*** Extracted material Section Begins ***

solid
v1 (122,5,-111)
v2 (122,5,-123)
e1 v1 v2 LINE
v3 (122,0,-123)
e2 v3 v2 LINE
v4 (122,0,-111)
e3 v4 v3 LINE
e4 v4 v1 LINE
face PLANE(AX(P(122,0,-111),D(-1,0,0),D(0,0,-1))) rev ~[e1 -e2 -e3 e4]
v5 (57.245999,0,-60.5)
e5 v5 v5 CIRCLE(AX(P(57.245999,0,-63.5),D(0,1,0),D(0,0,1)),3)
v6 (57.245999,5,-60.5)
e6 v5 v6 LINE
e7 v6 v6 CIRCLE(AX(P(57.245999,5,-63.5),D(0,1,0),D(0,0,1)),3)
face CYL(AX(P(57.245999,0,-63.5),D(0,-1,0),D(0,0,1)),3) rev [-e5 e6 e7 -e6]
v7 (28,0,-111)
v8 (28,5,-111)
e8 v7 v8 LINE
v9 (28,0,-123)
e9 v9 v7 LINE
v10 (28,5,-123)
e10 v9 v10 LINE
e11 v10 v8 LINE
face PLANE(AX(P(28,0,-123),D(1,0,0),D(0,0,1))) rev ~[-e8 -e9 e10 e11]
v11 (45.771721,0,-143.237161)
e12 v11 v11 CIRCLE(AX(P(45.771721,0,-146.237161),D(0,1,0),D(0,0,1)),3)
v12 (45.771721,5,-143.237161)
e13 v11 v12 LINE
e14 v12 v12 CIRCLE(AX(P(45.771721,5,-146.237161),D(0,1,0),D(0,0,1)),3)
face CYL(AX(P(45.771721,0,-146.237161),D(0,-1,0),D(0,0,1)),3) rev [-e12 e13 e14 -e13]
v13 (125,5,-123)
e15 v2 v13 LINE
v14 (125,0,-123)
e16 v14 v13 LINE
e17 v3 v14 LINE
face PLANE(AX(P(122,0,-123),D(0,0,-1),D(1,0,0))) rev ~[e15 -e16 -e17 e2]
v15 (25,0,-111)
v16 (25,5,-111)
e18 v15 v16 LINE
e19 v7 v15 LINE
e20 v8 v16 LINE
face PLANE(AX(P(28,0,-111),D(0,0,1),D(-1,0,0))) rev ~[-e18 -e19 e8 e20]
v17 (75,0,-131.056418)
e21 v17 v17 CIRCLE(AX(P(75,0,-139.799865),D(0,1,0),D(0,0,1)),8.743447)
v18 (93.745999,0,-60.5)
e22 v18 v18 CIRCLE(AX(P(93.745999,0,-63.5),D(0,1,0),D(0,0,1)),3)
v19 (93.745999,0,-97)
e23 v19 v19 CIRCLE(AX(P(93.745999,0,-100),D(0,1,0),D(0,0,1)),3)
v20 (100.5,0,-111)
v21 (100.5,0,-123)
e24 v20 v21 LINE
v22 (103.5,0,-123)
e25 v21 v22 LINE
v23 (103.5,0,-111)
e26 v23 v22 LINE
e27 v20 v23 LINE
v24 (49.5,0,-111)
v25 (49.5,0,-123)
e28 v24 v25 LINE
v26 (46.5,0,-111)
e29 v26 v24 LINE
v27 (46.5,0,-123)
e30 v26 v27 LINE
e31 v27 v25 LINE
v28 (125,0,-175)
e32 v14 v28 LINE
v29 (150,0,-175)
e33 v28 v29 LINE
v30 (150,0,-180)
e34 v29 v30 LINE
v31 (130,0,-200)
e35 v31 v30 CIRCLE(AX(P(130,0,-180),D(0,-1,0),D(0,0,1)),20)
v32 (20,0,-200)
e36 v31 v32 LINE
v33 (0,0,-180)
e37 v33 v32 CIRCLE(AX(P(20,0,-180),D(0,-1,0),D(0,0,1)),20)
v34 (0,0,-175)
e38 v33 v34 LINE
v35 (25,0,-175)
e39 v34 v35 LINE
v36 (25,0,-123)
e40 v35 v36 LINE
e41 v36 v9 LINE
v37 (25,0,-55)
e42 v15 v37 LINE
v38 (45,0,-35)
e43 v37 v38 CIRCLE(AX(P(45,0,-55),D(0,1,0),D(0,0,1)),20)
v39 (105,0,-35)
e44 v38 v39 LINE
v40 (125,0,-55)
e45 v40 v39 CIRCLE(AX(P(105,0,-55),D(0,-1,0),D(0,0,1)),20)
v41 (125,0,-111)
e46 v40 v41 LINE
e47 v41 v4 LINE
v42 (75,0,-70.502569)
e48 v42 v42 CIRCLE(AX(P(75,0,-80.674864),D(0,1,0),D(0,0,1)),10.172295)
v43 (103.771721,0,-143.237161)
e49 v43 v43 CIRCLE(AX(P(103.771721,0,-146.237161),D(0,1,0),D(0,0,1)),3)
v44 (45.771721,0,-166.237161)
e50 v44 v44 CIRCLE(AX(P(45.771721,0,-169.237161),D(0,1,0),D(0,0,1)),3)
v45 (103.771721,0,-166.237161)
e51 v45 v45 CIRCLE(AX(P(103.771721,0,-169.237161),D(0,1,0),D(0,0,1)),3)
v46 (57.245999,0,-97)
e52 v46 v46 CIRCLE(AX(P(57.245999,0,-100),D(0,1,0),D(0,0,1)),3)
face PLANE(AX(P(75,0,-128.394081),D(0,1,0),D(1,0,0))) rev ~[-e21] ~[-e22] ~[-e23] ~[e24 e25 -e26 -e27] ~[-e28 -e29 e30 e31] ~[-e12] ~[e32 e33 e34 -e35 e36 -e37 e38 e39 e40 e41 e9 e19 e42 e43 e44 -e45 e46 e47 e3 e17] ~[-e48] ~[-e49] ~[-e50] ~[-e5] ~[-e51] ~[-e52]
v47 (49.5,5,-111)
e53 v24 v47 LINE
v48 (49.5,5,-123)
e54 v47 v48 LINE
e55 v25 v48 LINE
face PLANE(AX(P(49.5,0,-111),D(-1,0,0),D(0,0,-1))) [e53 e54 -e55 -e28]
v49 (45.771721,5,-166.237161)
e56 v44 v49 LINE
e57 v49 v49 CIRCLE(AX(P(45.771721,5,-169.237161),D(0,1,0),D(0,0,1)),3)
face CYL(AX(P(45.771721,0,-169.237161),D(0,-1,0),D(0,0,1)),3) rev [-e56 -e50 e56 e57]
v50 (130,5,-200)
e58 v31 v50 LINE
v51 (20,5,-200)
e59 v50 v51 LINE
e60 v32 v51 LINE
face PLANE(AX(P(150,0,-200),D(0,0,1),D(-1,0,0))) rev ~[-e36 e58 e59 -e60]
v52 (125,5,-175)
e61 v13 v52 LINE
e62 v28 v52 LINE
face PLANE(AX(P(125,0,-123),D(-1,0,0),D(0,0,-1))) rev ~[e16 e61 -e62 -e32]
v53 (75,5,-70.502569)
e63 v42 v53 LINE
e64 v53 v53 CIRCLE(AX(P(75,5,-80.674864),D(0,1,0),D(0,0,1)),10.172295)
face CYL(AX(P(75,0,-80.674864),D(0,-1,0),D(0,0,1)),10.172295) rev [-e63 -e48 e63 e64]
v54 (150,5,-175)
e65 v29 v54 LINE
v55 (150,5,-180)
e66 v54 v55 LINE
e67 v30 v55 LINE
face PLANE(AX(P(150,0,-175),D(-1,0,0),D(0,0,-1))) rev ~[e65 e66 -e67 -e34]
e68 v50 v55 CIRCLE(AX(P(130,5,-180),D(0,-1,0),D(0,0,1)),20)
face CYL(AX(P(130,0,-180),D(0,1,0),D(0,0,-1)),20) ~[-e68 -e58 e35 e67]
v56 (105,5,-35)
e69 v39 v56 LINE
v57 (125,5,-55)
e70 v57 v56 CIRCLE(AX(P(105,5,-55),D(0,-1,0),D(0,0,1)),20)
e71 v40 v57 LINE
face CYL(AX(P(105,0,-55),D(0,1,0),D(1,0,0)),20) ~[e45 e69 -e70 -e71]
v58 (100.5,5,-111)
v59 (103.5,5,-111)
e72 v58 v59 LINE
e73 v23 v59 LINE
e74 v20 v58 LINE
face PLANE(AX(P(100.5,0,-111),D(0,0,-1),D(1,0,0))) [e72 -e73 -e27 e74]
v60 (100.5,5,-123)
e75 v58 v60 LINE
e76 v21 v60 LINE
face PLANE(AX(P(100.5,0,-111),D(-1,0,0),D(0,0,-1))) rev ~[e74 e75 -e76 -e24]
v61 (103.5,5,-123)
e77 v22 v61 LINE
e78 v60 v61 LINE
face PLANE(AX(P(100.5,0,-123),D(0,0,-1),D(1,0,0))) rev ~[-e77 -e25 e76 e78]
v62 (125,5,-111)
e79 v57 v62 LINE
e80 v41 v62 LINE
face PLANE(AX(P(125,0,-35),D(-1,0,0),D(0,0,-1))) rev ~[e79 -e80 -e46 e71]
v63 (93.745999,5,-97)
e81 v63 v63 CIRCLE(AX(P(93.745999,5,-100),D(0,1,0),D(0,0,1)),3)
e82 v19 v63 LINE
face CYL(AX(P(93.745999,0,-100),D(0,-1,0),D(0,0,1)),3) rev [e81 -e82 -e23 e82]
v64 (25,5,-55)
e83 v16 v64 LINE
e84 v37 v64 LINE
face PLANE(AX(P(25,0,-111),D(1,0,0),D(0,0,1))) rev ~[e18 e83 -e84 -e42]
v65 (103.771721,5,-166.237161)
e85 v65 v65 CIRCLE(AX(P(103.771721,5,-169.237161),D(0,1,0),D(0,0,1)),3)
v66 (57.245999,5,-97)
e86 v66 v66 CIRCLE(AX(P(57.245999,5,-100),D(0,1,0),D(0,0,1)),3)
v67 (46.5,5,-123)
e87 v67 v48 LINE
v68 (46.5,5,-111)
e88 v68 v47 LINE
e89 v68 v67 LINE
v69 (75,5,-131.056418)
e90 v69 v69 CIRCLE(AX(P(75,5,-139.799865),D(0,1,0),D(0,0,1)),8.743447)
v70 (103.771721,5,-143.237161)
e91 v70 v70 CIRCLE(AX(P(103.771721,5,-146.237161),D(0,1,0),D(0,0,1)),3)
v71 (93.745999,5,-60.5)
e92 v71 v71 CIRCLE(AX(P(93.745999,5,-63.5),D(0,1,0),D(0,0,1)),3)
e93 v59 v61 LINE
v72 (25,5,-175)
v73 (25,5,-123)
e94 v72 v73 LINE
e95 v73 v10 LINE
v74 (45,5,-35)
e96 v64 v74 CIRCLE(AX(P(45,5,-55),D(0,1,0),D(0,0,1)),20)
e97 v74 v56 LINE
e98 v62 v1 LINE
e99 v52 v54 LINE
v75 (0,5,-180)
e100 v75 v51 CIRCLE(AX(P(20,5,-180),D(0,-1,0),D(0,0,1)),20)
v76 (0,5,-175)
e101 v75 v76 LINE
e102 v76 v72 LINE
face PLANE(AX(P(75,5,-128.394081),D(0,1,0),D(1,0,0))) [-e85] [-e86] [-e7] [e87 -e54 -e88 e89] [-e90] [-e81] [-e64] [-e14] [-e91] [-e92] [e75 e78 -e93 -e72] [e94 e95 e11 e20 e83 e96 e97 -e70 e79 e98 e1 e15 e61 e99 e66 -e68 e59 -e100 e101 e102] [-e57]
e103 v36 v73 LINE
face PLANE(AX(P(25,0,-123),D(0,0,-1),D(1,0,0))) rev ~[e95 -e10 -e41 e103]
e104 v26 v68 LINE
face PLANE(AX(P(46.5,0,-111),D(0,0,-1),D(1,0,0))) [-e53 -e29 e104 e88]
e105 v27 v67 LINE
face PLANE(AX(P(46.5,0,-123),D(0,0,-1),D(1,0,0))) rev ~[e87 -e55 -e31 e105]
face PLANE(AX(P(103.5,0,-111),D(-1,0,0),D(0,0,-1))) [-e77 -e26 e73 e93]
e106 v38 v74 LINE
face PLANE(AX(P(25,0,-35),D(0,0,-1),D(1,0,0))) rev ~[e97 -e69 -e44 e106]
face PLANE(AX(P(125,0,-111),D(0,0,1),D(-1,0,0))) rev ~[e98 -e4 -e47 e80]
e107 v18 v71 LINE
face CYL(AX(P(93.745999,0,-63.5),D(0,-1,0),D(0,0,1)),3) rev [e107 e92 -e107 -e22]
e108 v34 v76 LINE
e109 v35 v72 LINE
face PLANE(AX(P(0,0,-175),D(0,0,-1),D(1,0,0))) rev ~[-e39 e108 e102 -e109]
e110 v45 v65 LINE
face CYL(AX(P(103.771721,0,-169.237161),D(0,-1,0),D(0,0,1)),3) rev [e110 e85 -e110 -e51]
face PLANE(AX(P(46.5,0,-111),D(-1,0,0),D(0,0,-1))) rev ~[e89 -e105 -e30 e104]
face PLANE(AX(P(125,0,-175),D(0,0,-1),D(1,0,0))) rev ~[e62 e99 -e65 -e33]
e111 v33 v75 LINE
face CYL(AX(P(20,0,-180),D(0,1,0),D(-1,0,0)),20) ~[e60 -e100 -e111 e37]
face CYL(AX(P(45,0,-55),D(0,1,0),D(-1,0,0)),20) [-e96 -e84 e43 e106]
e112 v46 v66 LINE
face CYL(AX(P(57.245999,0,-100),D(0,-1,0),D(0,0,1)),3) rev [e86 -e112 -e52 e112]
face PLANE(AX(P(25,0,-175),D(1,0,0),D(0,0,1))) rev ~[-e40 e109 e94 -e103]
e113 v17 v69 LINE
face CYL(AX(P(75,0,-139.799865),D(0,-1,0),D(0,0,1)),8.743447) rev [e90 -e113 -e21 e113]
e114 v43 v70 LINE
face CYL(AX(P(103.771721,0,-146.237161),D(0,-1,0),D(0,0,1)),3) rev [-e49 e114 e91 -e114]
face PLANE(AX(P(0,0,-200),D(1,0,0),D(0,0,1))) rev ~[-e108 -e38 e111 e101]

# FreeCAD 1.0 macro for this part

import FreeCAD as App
import Part
import Sketcher

V = App.Vector
Q = App.Units.Quantity


def edges_at(feature, points):
    """Names of the edges that pass closest to the given points."""
    edges = feature.Shape.Edges
    near = lambda p: min(range(len(edges)), key=lambda i: edges[i].distToShape(Part.Vertex(*p))[0])
    return sorted({f"Edge{near(p) + 1}" for p in points})


def add_polygon(sketch, points):
    """Adds a closed chain of lines whose ends are joined by coincident constraints."""
    first, n = sketch.GeometryCount, len(points)
    for a, b in zip(points, points[1:] + points[:1]):
        sketch.addGeometry(Part.LineSegment(App.Vector(*a, 0), App.Vector(*b, 0)), False)
    for i in range(n):
        sketch.addConstraint(Sketcher.Constraint("Coincident", first + i, 2, first + (i + 1) % n, 1))

doc = App.newDocument("Part")
body = doc.addObject("PartDesign::Body", "Body")

sketch1 = doc.addObject("Sketcher::SketchObject", "Sketch")
body.addObject(sketch1)
sketch1.AttachmentSupport = (doc.XZ_Plane, [""])
sketch1.MapMode = "FlatFace"
add_polygon(sketch1, [(25, -35), (125, -35), (125, -111), (122, -111), (122, -123), (125, -123), (125, -175), (150, -175), (150, -200), (0, -200), (0, -175), (25, -175), (25, -123), (28, -123), (28, -111), (25, -111)])
sketch1.addGeometry(Part.Circle(V(57.2, -63.5, 0), V(0, 0, 1), 3), False)
sketch1.addGeometry(Part.Circle(V(57.2, -100, 0), V(0, 0, 1), 3), False)
sketch1.addGeometry(Part.Circle(V(75, -80.7, 0), V(0, 0, 1), 10.2), False)
sketch1.addGeometry(Part.Circle(V(93.7, -63.5, 0), V(0, 0, 1), 3), False)
sketch1.addGeometry(Part.Circle(V(93.7, -100, 0), V(0, 0, 1), 3), False)
add_polygon(sketch1, [(49.5, -111), (46.5, -111), (46.5, -123), (49.5, -123)])
sketch1.addGeometry(Part.Circle(V(45.8, -146.2, 0), V(0, 0, 1), 3), False)
sketch1.addGeometry(Part.Circle(V(45.8, -169.2, 0), V(0, 0, 1), 3), False)
sketch1.addGeometry(Part.Circle(V(75, -139.8, 0), V(0, 0, 1), 8.7), False)
add_polygon(sketch1, [(103.5, -111), (100.5, -111), (100.5, -123), (103.5, -123)])
sketch1.addGeometry(Part.Circle(V(103.8, -146.2, 0), V(0, 0, 1), 3), False)
sketch1.addGeometry(Part.Circle(V(103.8, -169.2, 0), V(0, 0, 1), 3), False)
sketch1.addConstraint([
    Sketcher.Constraint("Horizontal", 0),
    Sketcher.Constraint("Vertical", 1),
    Sketcher.Constraint("Horizontal", 2),
    Sketcher.Constraint("Vertical", 3),
    Sketcher.Constraint("Horizontal", 4),
    Sketcher.Constraint("Vertical", 5),
    Sketcher.Constraint("Horizontal", 6),
    Sketcher.Constraint("Vertical", 7),
    Sketcher.Constraint("Horizontal", 8),
    Sketcher.Constraint("Vertical", 9),
    Sketcher.Constraint("Horizontal", 10),
    Sketcher.Constraint("Vertical", 11),
    Sketcher.Constraint("Horizontal", 12),
    Sketcher.Constraint("Vertical", 13),
    Sketcher.Constraint("Horizontal", 14),
    Sketcher.Constraint("Vertical", 15),
    Sketcher.Constraint("Horizontal", 21),
    Sketcher.Constraint("Vertical", 22),
    Sketcher.Constraint("Horizontal", 23),
    Sketcher.Constraint("Vertical", 24),
    Sketcher.Constraint("Horizontal", 28),
    Sketcher.Constraint("Vertical", 29),
    Sketcher.Constraint("Horizontal", 30),
    Sketcher.Constraint("Vertical", 31),
    Sketcher.Constraint("Equal", 16, 17),
    Sketcher.Constraint("Equal", 17, 19),
    Sketcher.Constraint("Equal", 19, 20),
    Sketcher.Constraint("Equal", 20, 25),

*** Extracted material Section Ends ***

Problem to work on:
Above are the entries. Copy exactly the part that opens with the line containing "e37 v33 v32" and closes with the line containing "e57 v49 v49", and no more.

Final answer:
e37 v33 v32 CIRCLE(AX(P(20,0,-180),D(0,-1,0),D(0,0,1)),20)
v34 (0,0,-175)
e38 v33 v34 LINE
v35 (25,0,-175)
e39 v34 v35 LINE
v36 (25,0,-123)
e40 v35 v36 LINE
e41 v36 v9 LINE
v37 (25,0,-55)
e42 v15 v37 LINE
v38 (45,0,-35)
e43 v37 v38 CIRCLE(AX(P(45,0,-55),D(0,1,0),D(0,0,1)),20)
v39 (105,0,-35)
e44 v38 v39 LINE
v40 (125,0,-55)
e45 v40 v39 CIRCLE(AX(P(105,0,-55),D(0,-1,0),D(0,0,1)),20)
v41 (125,0,-111)
e46 v40 v41 LINE
e47 v41 v4 LINE
v42 (75,0,-70.502569)
e48 v42 v42 CIRCLE(AX(P(75,0,-80.674864),D(0,1,0),D(0,0,1)),10.172295)
v43 (103.771721,0,-143.237161)
e49 v43 v43 CIRCLE(AX(P(103.771721,0,-146.237161),D(0,1,0),D(0,0,1)),3)
v44 (45.771721,0,-166.237161)
e50 v44 v44 CIRCLE(AX(P(45.771721,0,-169.237161),D(0,1,0),D(0,0,1)),3)
v45 (103.771721,0,-166.237161)
e51 v45 v45 CIRCLE(AX(P(103.771721,0,-169.237161),D(0,1,0),D(0,0,1)),3)
v46 (57.245999,0,-97)
e52 v46 v46 CIRCLE(AX(P(57.245999,0,-100),D(0,1,0),D(0,0,1)),3)
face PLANE(AX(P(75,0,-128.394081),D(0,1,0),D(1,0,0))) rev ~[-e21] ~[-e22] ~[-e23] ~[e24 e25 -e26 -e27] ~[-e28 -e29 e30 e31] ~[-e12] ~[e32 e33 e34 -e35 e36 -e37 e38 e39 e40 e41 e9 e19 e42 e43 e44 -e45 e46 e47 e3 e17] ~[-e48] ~[-e49] ~[-e50] ~[-e5] ~[-e51] ~[-e52]
v47 (49.5,5,-111)
e53 v24 v47 LINE
v48 (49.5,5,-123)
e54 v47 v48 LINE
e55 v25 v48 LINE
face PLANE(AX(P(49.5,0,-111),D(-1,0,0),D(0,0,-1))) [e53 e54 -e55 -e28]
v49 (45.771721,5,-166.237161)
e56 v44 v49 LINE
e57 v49 v49 CIRCLE(AX(P(45.771721,5,-169.237161),D(0,1,0),D(0,0,1)),3)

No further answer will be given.